Problem requirements
When you find the line with "extrude(amount=BOSS_EXTRU_1_DEPTH)" among the records below, reproduce it and each line after it exactly, ending with the line with "Rebuilt in FreeCAD, every".

Data for review
>>>

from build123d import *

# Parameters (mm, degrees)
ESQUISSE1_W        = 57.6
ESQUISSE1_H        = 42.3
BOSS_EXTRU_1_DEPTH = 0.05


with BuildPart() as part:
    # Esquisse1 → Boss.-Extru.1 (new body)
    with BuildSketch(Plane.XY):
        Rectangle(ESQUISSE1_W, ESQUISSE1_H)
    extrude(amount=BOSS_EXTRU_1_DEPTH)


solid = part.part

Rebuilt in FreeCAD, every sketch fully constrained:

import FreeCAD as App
import Part
import Sketcher

V = App.Vector
Q = App.Units.Quantity


def add_polygon(sketch, points):
    """Adds a closed chain of lines whose ends are joined by coincident constraints."""
    first, n = sketch.GeometryCount, len(points)
    for a, b in zip(points, points[1:] + points[:1]):
        sketch.addGeometry(Part.LineSegment(App.Vector(*a, 0), App.Vector(*b, 0)), False)
    for i in range(n):
        sketch.addConstraint(Sketcher.Constraint("Coincident", first + i, 2, first + (i + 1) % n, 1))

doc = App.newDocument("Part")
body = doc.addObject("PartDesign::Body", "Body")

sketch1 = body.newObject("Sketcher::SketchObject", "Sketch")
sketch1.AttachmentSupport = (doc.getObject("XY_Plane"), [""])
sketch1.MapMode = "FlatFace"
add_polygon(sketch1, [(-29, 21), (-29, -21), (29, -21), (29, 21)])
sketch1.addConstraint([
    Sketcher.Constraint("Vertical", 0),
    Sketcher.Constraint("Horizontal", 1),
    Sketcher.Constraint("Vertical", 2),
    Sketcher.Constraint("Horizontal", 3),
    Sketcher.Constraint("Symmetric", 0, 2, 2, 2, -1, 1),
    Sketcher.Constraint("DistanceX", 1, 1, 1, 2, Q("57.6 mm")),
    Sketcher.Constraint("DistanceY", 0, 2, 0, 1, Q("42.3 mm")),
])
pad1 = body.newObject("PartDesign::Pad", "Pad")
pad1.Profile = sketch1
pad1.Length = 0.05

doc.recompute()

<<<

Task answer
    extrude(amount=BOSS_EXTRU_1_DEPTH)


solid = part.part

Rebuilt in FreeCAD, every sketch fully constrained:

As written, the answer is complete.